Members of a Congressional Committee today questioned whether some of the problems that resulted in several recalls of over-the-counter medicines at drug maker Johnson & Johnson were symptoms of a "too cozy" relationship between the company and the Food and Drug Administration.
Meanwhile William C. Weldon, the company's chairman and CEO, offered the panel profuse apologies for problems that led to the recall of 135 millions bottles of children's liquid medicines and smaller amounts of Motrin pills.
"This was not one of our best moments. ... We did not maintain our high quality standards and as a result children did not have access to our important medicines" Weldon told the House Oversight and Government Reform Committee. "We let the public down."
"We have learned a lot of lessons from this unfortunate situation. I can only assure you that we will do everything in our power to never let this happen ever again."
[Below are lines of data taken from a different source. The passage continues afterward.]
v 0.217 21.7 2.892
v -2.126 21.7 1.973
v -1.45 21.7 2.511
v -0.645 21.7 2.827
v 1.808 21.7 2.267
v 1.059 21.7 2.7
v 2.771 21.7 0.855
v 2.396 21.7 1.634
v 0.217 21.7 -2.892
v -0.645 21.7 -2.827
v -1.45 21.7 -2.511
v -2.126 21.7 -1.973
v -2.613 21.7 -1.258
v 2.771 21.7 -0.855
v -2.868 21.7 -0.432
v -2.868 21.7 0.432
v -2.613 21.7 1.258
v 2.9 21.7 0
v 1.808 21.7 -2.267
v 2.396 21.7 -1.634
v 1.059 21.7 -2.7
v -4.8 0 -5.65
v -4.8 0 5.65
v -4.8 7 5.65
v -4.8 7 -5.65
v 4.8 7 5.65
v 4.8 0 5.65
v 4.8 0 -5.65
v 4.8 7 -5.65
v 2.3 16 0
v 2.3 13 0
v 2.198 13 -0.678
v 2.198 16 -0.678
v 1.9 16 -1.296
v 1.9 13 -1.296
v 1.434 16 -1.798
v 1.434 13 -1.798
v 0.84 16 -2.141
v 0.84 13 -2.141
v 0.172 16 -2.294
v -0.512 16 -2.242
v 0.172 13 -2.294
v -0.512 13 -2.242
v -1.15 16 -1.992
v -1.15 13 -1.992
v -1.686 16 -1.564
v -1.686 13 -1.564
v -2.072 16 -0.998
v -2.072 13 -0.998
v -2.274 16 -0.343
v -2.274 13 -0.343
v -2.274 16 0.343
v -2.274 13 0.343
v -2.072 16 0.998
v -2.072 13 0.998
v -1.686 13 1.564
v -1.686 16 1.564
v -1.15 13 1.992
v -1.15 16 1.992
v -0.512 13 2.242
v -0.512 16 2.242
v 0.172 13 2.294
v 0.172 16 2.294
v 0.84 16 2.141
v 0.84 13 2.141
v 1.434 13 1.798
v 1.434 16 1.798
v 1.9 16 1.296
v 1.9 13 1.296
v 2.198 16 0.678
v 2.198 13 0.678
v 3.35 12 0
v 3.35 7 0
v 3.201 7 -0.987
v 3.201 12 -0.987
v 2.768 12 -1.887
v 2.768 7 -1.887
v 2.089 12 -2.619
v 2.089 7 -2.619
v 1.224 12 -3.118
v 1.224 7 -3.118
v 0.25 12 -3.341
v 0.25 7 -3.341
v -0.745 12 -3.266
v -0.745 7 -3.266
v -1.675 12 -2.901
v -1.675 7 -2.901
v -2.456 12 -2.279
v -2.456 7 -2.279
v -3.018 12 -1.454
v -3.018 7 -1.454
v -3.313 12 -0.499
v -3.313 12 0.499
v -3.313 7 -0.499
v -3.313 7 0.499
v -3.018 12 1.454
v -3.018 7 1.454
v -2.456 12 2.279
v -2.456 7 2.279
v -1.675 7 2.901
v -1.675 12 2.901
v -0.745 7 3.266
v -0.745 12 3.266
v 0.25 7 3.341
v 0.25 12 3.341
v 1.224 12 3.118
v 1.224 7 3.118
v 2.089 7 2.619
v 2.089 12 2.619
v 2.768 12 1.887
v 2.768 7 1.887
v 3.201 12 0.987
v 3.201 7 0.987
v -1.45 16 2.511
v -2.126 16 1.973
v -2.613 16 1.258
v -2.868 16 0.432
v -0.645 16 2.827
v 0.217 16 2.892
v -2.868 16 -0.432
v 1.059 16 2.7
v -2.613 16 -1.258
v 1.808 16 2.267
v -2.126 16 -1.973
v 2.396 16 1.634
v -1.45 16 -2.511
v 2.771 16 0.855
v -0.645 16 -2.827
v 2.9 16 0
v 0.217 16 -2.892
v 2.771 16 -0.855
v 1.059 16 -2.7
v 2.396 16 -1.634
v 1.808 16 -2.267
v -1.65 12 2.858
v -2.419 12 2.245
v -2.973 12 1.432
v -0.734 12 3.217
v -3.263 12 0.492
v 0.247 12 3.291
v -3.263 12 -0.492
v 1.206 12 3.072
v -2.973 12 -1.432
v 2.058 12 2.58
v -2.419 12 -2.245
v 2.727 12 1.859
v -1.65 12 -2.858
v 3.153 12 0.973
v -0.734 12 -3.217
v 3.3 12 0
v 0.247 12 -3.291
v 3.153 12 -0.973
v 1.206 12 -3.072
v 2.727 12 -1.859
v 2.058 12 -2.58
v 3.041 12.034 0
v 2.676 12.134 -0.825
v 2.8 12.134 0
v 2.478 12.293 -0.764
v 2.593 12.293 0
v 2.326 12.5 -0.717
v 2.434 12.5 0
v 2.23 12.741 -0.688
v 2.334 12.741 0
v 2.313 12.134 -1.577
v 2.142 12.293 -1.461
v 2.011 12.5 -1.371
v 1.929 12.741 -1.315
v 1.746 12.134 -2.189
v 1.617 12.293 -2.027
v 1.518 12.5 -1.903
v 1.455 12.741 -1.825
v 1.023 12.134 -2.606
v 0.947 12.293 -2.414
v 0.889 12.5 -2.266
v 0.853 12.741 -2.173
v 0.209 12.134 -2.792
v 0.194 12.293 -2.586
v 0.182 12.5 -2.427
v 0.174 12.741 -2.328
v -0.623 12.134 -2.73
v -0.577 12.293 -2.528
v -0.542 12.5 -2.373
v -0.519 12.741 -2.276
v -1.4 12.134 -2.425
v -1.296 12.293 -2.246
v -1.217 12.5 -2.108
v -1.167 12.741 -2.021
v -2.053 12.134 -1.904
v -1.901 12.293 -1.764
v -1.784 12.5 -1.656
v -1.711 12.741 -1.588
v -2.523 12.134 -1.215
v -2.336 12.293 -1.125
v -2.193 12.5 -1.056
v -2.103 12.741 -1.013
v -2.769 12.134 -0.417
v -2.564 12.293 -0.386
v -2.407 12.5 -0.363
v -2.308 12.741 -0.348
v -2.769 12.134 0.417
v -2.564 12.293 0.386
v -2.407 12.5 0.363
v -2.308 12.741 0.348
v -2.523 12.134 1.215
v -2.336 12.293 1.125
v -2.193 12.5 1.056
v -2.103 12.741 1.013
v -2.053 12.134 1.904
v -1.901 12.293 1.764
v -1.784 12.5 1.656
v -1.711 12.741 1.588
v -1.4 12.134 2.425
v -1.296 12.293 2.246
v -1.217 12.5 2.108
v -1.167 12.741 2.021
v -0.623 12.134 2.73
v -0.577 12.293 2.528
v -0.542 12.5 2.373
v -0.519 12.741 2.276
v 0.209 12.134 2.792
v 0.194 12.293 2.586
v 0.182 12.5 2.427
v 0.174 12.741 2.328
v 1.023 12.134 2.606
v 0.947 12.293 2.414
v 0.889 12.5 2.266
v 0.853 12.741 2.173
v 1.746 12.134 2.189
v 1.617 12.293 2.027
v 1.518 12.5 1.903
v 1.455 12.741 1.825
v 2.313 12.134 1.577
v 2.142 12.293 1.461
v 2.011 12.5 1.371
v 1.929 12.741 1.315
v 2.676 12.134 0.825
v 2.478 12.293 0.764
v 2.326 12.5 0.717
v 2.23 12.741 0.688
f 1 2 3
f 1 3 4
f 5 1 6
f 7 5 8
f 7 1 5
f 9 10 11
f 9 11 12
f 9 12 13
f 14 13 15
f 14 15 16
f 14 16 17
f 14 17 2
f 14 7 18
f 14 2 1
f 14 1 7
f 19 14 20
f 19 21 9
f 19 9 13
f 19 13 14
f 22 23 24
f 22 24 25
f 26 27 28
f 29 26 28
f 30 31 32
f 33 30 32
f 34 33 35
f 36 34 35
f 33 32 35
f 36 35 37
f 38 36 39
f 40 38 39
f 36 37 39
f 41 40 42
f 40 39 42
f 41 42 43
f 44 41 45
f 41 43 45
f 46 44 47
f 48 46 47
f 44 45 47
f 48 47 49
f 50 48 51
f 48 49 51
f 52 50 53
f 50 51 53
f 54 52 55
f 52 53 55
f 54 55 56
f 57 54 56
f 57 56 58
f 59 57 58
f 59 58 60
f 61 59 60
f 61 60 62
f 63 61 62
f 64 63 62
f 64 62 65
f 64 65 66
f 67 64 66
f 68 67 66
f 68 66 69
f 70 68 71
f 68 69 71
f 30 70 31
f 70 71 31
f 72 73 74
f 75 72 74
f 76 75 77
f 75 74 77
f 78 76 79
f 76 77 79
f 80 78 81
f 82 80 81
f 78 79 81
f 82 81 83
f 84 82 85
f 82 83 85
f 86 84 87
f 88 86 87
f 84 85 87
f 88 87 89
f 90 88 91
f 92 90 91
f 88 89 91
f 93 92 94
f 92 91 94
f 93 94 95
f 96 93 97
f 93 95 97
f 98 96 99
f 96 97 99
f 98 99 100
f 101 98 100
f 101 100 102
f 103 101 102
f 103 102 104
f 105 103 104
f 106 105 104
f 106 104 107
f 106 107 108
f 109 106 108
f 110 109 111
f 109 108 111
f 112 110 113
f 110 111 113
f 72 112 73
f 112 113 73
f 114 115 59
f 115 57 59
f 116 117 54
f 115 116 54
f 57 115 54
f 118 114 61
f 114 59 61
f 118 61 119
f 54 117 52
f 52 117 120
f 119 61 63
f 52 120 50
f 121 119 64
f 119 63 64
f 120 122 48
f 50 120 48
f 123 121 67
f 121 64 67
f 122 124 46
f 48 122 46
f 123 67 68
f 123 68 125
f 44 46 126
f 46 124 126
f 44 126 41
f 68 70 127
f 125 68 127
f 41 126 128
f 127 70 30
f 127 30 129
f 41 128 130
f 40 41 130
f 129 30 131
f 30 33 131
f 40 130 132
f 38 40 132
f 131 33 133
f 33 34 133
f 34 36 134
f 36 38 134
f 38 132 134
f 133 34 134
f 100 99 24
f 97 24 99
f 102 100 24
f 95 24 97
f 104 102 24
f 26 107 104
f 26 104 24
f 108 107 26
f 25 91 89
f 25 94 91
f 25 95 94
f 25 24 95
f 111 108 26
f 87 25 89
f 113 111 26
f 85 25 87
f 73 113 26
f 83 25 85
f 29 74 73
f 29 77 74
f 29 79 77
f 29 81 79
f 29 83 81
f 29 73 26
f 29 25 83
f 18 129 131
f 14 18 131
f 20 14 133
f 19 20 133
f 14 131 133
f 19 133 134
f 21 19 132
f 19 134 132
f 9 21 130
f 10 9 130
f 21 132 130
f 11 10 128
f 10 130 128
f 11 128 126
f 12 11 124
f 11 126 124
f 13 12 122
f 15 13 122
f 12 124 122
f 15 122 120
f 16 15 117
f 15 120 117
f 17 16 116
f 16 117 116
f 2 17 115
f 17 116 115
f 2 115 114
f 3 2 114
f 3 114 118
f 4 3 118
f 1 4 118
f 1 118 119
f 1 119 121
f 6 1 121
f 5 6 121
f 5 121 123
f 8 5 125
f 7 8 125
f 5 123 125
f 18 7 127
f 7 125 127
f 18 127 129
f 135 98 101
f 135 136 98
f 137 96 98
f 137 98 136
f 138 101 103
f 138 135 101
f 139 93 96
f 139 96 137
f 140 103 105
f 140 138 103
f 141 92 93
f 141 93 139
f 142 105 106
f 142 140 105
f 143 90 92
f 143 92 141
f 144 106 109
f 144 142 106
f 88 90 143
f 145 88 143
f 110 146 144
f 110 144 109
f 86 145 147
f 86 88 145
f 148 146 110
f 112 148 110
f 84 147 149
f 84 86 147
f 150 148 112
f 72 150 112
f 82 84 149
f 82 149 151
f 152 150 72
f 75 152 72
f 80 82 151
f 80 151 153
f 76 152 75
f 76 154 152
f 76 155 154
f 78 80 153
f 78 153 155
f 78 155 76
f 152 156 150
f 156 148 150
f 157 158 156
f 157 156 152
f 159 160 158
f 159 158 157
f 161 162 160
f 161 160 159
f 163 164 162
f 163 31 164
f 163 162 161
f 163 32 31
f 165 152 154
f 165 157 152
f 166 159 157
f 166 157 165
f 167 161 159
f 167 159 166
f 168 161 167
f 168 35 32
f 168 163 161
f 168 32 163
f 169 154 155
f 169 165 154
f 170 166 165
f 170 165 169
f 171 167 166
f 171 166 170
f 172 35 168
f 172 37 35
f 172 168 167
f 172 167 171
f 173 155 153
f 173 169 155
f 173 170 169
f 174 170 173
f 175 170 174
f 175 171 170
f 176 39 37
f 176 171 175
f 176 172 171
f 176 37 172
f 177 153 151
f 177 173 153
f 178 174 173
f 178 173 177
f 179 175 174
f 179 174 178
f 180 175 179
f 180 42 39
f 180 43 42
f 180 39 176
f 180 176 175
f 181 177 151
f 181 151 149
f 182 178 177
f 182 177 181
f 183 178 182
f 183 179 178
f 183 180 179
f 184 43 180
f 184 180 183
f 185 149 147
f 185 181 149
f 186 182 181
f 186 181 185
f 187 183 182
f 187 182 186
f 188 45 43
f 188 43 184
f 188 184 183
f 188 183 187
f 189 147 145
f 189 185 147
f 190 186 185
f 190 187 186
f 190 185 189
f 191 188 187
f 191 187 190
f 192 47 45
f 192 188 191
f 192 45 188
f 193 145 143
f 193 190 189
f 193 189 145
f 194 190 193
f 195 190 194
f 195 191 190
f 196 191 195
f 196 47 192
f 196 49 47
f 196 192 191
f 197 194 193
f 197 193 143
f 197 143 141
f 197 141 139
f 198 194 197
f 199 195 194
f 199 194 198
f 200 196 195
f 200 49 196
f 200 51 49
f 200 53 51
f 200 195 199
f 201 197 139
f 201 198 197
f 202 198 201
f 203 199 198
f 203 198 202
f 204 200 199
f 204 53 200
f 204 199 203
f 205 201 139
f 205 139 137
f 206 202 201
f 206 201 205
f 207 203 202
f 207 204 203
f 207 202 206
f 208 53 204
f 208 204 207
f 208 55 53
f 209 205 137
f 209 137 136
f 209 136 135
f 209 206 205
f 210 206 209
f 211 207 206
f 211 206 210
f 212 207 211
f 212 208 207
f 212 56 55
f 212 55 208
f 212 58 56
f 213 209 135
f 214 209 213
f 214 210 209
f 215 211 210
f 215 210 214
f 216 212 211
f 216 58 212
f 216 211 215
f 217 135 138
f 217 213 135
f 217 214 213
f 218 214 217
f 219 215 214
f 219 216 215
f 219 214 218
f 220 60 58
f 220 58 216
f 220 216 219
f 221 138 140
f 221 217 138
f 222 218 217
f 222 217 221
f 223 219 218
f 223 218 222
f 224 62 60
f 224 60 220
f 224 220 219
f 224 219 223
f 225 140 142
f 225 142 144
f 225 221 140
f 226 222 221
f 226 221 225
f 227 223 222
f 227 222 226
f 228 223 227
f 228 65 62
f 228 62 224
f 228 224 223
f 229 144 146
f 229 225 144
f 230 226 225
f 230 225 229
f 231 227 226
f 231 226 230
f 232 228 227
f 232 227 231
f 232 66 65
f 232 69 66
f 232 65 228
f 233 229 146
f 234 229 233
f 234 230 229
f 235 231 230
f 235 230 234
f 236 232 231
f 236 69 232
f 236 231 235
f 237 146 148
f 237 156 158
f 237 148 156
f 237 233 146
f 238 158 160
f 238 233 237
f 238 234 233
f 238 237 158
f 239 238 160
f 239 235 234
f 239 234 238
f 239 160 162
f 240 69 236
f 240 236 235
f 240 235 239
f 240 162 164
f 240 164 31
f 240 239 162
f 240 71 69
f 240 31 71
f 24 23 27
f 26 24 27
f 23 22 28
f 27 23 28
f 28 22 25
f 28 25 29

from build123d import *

# Parameters (mm, degrees)
SKETCH1_W           = 9.6
SKETCH1_H           = 11.3
BOSS_EXTRUDE1_DEPTH = 7
SKETCH2_R           = 3.35
BOSS_EXTRUDE2_DEPTH = 5
SKETCH3_R           = 2.3
BOSS_EXTRUDE3_DEPTH = 4
FILLET1_R           = 1
SKETCH4_R           = 2.9
BOSS_EXTRUDE4_DEPTH = 5.7


with BuildPart() as part:
    # Sketch1 → Boss-Extrude1 (new body)
    with BuildSketch(Plane(origin=(0, 0, 0), x_dir=(1, 0, 0), z_dir=(0, 1, 0))):
        Rectangle(SKETCH1_W, SKETCH1_H)
    extrude(amount=BOSS_EXTRUDE1_DEPTH)

    # Sketch2 → Boss-Extrude2 (add)
    with BuildSketch(Plane(origin=(0, 7, 0), x_dir=(1, 0, 0), z_dir=(0, 1, 0))):
        Circle(SKETCH2_R)
    extrude(amount=BOSS_EXTRUDE2_DEPTH)

    # Sketch3 → Boss-Extrude3 (add)
    with BuildSketch(Plane(origin=(0, 12, 0), x_dir=(1, 0, 0), z_dir=(0, 1, 0))):
        Circle(SKETCH3_R)
    extrude(amount=BOSS_EXTRUDE3_DEPTH)

    # Fillet1
    fillet1_edges = [part.edges().sort_by_distance(p)[0] for p in [
        (-2.3, 12, 0),
    ]]
    fillet(fillet1_edges, radius=FILLET1_R)

    # Sketch4 → Boss-Extrude4 (add)
    with BuildSketch(Plane(origin=(0, 16, 0), x_dir=(1, 0, 0), z_dir=(0, 1, 0))):
        Circle(SKETCH4_R)
    extrude(amount=BOSS_EXTRUDE4_DEPTH)


solid = part.part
Weldon's comments came as the company's McNeil Consumer Healthcare subsidiary readies to start returning its children's liquid medications to store shelves next week and the Justice Department conducts a criminal probe of actions by the company and by FDA officials.
The return of the products comes amidst continuing FDA concerns about the company's manufacturing procedures.
Dr. Joshua M. Sharfstein, FDA principal deputy commissioner told the committee today that after looking at the company's Pennsylvania plant that made the liquid children's medicines, the FDA took a closer look at the company's other plants.
"The company had an inadequate quality system that you could see in multiple facilities," Sharfstein told the committee. He said the FDA is closely watching the company's actions.
While the March recall of children's medications was the big recall, much of the committee's focus today was on a smaller earlier recall of Motrin 8 packages sold mostly in gas stations and convenience stores that took place in 2009, six months after the FDA was first told of problems.
Johnson & Johnson in 2008 learned the tablets hadn't been made right and didn't dissolve correctly and told the FDA. Instead of conducting an immediate recall of an ineffective medicine, the company first wrongly told the FDA the products was largely off store shelves while knowing otherwise, then six months later sent contractors out to buy any remaining quantities, even then keeping secret the product was being recalled. Congressmen called the result a "phantom recall." Company e-mails bragged that the move avoided bad press and was done because of a close relationship with the FDA.
Sharfstein accused the company of deceiving the FDA, but Congressmen questioned the actions of both the FDA and the company.
"It looks like there was much too much of a cozy relationship," said Rep. Jason Chaffetz, R-Utah.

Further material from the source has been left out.